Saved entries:
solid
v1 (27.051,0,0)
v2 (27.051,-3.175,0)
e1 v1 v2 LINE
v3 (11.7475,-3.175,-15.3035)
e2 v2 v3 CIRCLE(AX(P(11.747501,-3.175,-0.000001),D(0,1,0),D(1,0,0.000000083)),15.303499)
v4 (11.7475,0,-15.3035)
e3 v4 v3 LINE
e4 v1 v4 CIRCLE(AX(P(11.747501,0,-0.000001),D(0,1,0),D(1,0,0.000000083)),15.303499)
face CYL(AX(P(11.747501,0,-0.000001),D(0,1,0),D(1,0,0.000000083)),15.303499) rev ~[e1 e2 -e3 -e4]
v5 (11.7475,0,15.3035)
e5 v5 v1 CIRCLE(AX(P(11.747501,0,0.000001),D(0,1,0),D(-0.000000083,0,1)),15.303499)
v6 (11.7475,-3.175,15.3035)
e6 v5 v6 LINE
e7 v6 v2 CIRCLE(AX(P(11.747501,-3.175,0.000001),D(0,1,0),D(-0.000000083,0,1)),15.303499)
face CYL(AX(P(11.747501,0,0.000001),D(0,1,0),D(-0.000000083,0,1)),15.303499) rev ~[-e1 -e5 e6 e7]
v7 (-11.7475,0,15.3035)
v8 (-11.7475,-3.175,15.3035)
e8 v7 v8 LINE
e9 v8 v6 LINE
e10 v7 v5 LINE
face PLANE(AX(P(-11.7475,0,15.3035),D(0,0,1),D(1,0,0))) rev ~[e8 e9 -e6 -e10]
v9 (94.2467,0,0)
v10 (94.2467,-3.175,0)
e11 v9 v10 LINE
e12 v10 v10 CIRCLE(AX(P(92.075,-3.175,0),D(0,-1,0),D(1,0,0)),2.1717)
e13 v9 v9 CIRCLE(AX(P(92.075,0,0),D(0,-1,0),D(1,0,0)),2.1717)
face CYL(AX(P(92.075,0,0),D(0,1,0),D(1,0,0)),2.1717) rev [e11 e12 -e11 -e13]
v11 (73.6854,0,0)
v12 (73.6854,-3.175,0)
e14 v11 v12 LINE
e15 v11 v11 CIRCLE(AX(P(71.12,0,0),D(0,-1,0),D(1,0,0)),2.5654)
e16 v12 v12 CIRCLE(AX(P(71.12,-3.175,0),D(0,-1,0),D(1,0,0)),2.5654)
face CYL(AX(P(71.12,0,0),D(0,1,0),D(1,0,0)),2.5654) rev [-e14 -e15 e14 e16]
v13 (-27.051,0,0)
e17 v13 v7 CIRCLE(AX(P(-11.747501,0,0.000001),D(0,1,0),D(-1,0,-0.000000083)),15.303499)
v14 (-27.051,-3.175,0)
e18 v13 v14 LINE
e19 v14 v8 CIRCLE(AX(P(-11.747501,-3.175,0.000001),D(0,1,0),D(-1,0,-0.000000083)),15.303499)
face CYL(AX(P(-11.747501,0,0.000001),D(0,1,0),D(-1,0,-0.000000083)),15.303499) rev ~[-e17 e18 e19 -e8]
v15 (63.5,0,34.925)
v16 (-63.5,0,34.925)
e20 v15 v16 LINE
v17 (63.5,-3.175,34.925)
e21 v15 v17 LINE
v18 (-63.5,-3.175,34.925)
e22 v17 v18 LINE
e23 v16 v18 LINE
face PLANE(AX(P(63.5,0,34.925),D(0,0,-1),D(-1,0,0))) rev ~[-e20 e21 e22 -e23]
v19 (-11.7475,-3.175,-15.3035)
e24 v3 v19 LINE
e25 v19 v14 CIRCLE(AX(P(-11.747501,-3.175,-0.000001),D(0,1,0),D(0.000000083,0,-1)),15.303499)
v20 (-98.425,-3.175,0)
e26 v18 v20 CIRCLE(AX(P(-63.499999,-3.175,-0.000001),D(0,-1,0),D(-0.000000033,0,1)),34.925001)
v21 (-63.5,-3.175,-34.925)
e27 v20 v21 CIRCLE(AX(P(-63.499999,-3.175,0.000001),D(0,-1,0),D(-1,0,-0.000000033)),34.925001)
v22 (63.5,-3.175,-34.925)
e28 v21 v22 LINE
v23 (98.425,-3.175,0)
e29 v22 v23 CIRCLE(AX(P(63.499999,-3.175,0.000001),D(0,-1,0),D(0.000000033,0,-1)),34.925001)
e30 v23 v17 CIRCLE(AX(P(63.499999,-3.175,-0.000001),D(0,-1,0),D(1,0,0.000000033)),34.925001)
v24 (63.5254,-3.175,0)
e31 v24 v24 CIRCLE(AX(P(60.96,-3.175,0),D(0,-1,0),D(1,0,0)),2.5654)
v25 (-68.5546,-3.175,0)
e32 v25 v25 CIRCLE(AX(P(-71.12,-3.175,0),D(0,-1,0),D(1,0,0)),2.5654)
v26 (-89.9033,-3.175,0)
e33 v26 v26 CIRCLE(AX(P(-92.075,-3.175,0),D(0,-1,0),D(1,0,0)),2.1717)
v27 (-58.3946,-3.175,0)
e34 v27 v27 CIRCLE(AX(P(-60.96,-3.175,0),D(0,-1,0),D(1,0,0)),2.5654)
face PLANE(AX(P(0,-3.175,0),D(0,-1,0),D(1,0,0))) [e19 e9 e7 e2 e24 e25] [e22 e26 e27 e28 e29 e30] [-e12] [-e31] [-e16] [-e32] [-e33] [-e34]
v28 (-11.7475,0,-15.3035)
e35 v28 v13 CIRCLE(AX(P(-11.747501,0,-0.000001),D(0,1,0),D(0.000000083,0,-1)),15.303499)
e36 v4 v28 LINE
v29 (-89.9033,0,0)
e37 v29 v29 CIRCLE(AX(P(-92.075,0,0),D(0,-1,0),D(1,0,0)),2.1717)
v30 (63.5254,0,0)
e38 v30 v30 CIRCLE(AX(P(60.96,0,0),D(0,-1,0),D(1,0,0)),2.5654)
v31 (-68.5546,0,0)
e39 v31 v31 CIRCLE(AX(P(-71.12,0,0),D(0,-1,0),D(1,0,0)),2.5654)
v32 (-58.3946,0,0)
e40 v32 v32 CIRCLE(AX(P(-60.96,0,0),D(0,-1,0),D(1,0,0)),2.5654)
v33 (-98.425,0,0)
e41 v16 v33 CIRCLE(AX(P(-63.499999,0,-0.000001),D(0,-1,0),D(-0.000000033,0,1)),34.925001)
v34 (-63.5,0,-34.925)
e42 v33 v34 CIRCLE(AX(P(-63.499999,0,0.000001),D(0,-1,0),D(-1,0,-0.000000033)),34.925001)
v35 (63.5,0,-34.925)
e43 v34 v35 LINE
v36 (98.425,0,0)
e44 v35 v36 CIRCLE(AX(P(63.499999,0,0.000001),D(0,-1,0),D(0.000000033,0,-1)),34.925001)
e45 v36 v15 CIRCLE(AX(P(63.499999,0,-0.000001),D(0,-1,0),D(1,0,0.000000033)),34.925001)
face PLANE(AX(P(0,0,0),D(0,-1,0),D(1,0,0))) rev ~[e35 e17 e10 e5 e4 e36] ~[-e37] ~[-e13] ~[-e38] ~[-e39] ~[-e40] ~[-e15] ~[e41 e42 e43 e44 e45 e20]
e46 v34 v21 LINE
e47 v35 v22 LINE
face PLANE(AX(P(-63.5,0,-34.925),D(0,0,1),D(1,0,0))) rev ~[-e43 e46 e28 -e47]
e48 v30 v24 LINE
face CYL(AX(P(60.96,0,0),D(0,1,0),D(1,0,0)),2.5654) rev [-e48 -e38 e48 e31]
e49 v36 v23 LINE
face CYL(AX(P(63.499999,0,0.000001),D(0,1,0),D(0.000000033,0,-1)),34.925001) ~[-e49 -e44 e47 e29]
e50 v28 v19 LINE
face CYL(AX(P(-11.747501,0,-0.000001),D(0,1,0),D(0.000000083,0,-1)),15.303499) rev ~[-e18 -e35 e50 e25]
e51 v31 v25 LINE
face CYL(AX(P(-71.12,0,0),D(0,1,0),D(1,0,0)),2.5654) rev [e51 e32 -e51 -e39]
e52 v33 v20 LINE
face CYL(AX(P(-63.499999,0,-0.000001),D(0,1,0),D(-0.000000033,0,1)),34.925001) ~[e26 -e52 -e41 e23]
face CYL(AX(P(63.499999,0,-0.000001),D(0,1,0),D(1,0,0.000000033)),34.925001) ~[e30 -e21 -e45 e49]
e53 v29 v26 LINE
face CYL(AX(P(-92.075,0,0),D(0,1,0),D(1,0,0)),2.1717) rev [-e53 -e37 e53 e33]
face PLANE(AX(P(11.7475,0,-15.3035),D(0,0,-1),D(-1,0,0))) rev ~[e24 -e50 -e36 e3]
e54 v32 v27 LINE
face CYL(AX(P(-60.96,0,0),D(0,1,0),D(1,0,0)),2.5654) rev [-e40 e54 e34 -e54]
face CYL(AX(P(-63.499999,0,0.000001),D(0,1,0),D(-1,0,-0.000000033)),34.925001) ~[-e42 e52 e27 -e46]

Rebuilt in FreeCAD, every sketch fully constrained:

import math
import FreeCAD as App
import Part
import Sketcher
Q = App.Units.Quantity

doc = App.newDocument("Part")
body = doc.addObject("PartDesign::Body", "Body")

# Sketch on XZ plane
sketch1 = body.newObject("Sketcher::SketchObject", "Sketch")
sketch1.AttachmentSupport = (doc.getObject("XZ_Plane"), [""])
sketch1.MapMode = "FlatFace"
sketch1.addGeometry([
    Part.LineSegment(App.Vector(63.5, 34.9, 0), App.Vector(-63.5, 34.9, 0)),  # 0
    Part.ArcOfCircle(Part.Circle(App.Vector(-63.5, 0, 0), App.Vector(0, 0, 1), 34.9), math.radians(90), math.radians(180)),  # 1
    Part.ArcOfCircle(Part.Circle(App.Vector(-63.5, 0, 0), App.Vector(0, 0, 1), 34.9), math.radians(-180), math.radians(-90)),  # 2
    Part.LineSegment(App.Vector(-63.5, -34.9, 0), App.Vector(63.5, -34.9, 0)),  # 3
    Part.ArcOfCircle(Part.Circle(App.Vector(63.5, 0, 0), App.Vector(0, 0, 1), 34.9), math.radians(-90), math.radians(0)),  # 4
    Part.ArcOfCircle(Part.Circle(App.Vector(63.5, 0, 0), App.Vector(0, 0, 1), 34.9), math.radians(0), math.radians(90)),  # 5
    Part.Circle(App.Vector(-92.1, 0, 0), App.Vector(0, 0, 1), 2.2),  # 6
    Part.Circle(App.Vector(-71.1, 0, 0), App.Vector(0, 0, 1), 2.6),  # 7
    Part.Circle(App.Vector(-61, 0, 0), App.Vector(0, 0, 1), 2.6),  # 8
    Part.ArcOfCircle(Part.Circle(App.Vector(-11.7, 0, 0), App.Vector(0, 0, 1), 15.3), math.radians(180), math.radians(270)),  # 9
    Part.ArcOfCircle(Part.Circle(App.Vector(-11.7, 0, 0), App.Vector(0, 0, 1), 15.3), math.radians(90), math.radians(180)),  # 10
    Part.LineSegment(App.Vector(-11.7, 15.3, 0), App.Vector(11.7, 15.3, 0)),  # 11
    Part.ArcOfCircle(Part.Circle(App.Vector(11.7, 0, 0), App.Vector(0, 0, 1), 15.3), math.radians(0), math.radians(90)),  # 12
    Part.ArcOfCircle(Part.Circle(App.Vector(11.7, 0, 0), App.Vector(0, 0, 1), 15.3), math.radians(-90), math.radians(0)),  # 13
    Part.LineSegment(App.Vector(11.7, -15.3, 0), App.Vector(-11.7, -15.3, 0)),  # 14
    Part.Circle(App.Vector(61, 0, 0), App.Vector(0, 0, 1), 2.6),  # 15
    Part.Circle(App.Vector(71.1, 0, 0), App.Vector(0, 0, 1), 2.6),  # 16
    Part.Circle(App.Vector(92.1, 0, 0), App.Vector(0, 0, 1), 2.2),  # 17
], False)
sketch1.addConstraint([
    Sketcher.Constraint("Tangent", 0, 2, 1, 1),
    Sketcher.Constraint("Tangent", 1, 2, 2, 1),
    Sketcher.Constraint("Tangent", 2, 2, 3, 1),
    Sketcher.Constraint("Tangent", 3, 2, 4, 1),
    Sketcher.Constraint("Tangent", 4, 2, 5, 1),
    Sketcher.Constraint("Tangent", 5, 2, 0, 1),
    Sketcher.Constraint("Tangent", 9, 1, 10, 2),
    Sketcher.Constraint("Tangent", 10, 1, 11, 1),
    Sketcher.Constraint("Tangent", 11, 2, 12, 2),
    Sketcher.Constraint("Tangent", 12, 1, 13, 2),
    Sketcher.Constraint("Tangent", 13, 1, 14, 1),
    Sketcher.Constraint("Tangent", 14, 2, 9, 2),
    Sketcher.Constraint("Horizontal", 0),
    Sketcher.Constraint("Horizontal", 3),
    Sketcher.Constraint("Horizontal", 11),
    Sketcher.Constraint("Horizontal", 14),
    Sketcher.Constraint("Equal", 1, 2),
    Sketcher.Constraint("Equal", 2, 4),
    Sketcher.Constraint("Equal", 7, 8),
    Sketcher.Constraint("Equal", 9, 10),
    Sketcher.Constraint("Equal", 10, 12),
    Sketcher.Constraint("Equal", 8, 15),
    Sketcher.Constraint("Equal", 15, 16),
    Sketcher.Constraint("Equal", 6, 17),
    Sketcher.Constraint("Symmetric", 1, 3, 4, 3, -1, 1),
    Sketcher.Constraint("Symmetric", 9, 3, 12, 3, -1, 1),
    Sketcher.Constraint("Symmetric", 8, 3, 15, 3, -1, 1),
    Sketcher.Constraint("Symmetric", 7, 3, 16, 3, -1, 1),
    Sketcher.Constraint("Symmetric", 6, 3, 17, 3, -1, 1),
    Sketcher.Constraint("PointOnObject", 6, 3, -1),
    Sketcher.Constraint("PointOnObject", 7, 3, -1),
    Sketcher.Constraint("PointOnObject", 8, 3, -1),
    Sketcher.Constraint("PointOnObject", 1, 2, -1),
    Sketcher.Constraint("PointOnObject", 4, 2, -1),
    Sketcher.Constraint("PointOnObject", 9, 1, -1),
    Sketcher.Constraint("PointOnObject", 12, 1, -1),
    Sketcher.Constraint("DistanceX", 0, 2, 0, 1, Q("5 in")),
    Sketcher.Constraint("Diameter", 6, Q("0.171 in")),
    Sketcher.Constraint("Diameter", 7, Q("0.202 in")),
    Sketcher.Constraint("Radius", 1, Q("1.375 in")),
    Sketcher.Constraint("DistanceX", 7, 3, -1, 1, Q("2.8 in")),
    Sketcher.Constraint("DistanceX", 8, 3, -1, 1, Q("2.4 in")),
    Sketcher.Constraint("Radius", 9, Q("0.6024999 in")),
    Sketcher.Constraint("DistanceX", 11, 1, 11, 2, Q("0.925 in")),
    Sketcher.Constraint("DistanceX", 1, 2, 6, 3, Q("0.25 in")),
])
pad1 = body.newObject("PartDesign::Pad", "Pad")
pad1.Profile = sketch1
pad1.Length = Q("0.125 in")

doc.recompute()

● Problem requirements
Output only an exact transcription of the lines above from the one with "e41 v16 v33" up to and including the one with "v36 (98.425,0,0)".

● Exercise answer
e41 v16 v33 CIRCLE(AX(P(-63.499999,0,-0.000001),D(0,-1,0),D(-0.000000033,0,1)),34.925001)
v34 (-63.5,0,-34.925)
e42 v33 v34 CIRCLE(AX(P(-63.499999,0,0.000001),D(0,-1,0),D(-1,0,-0.000000033)),34.925001)
v35 (63.5,0,-34.925)
e43 v34 v35 LINE
v36 (98.425,0,0)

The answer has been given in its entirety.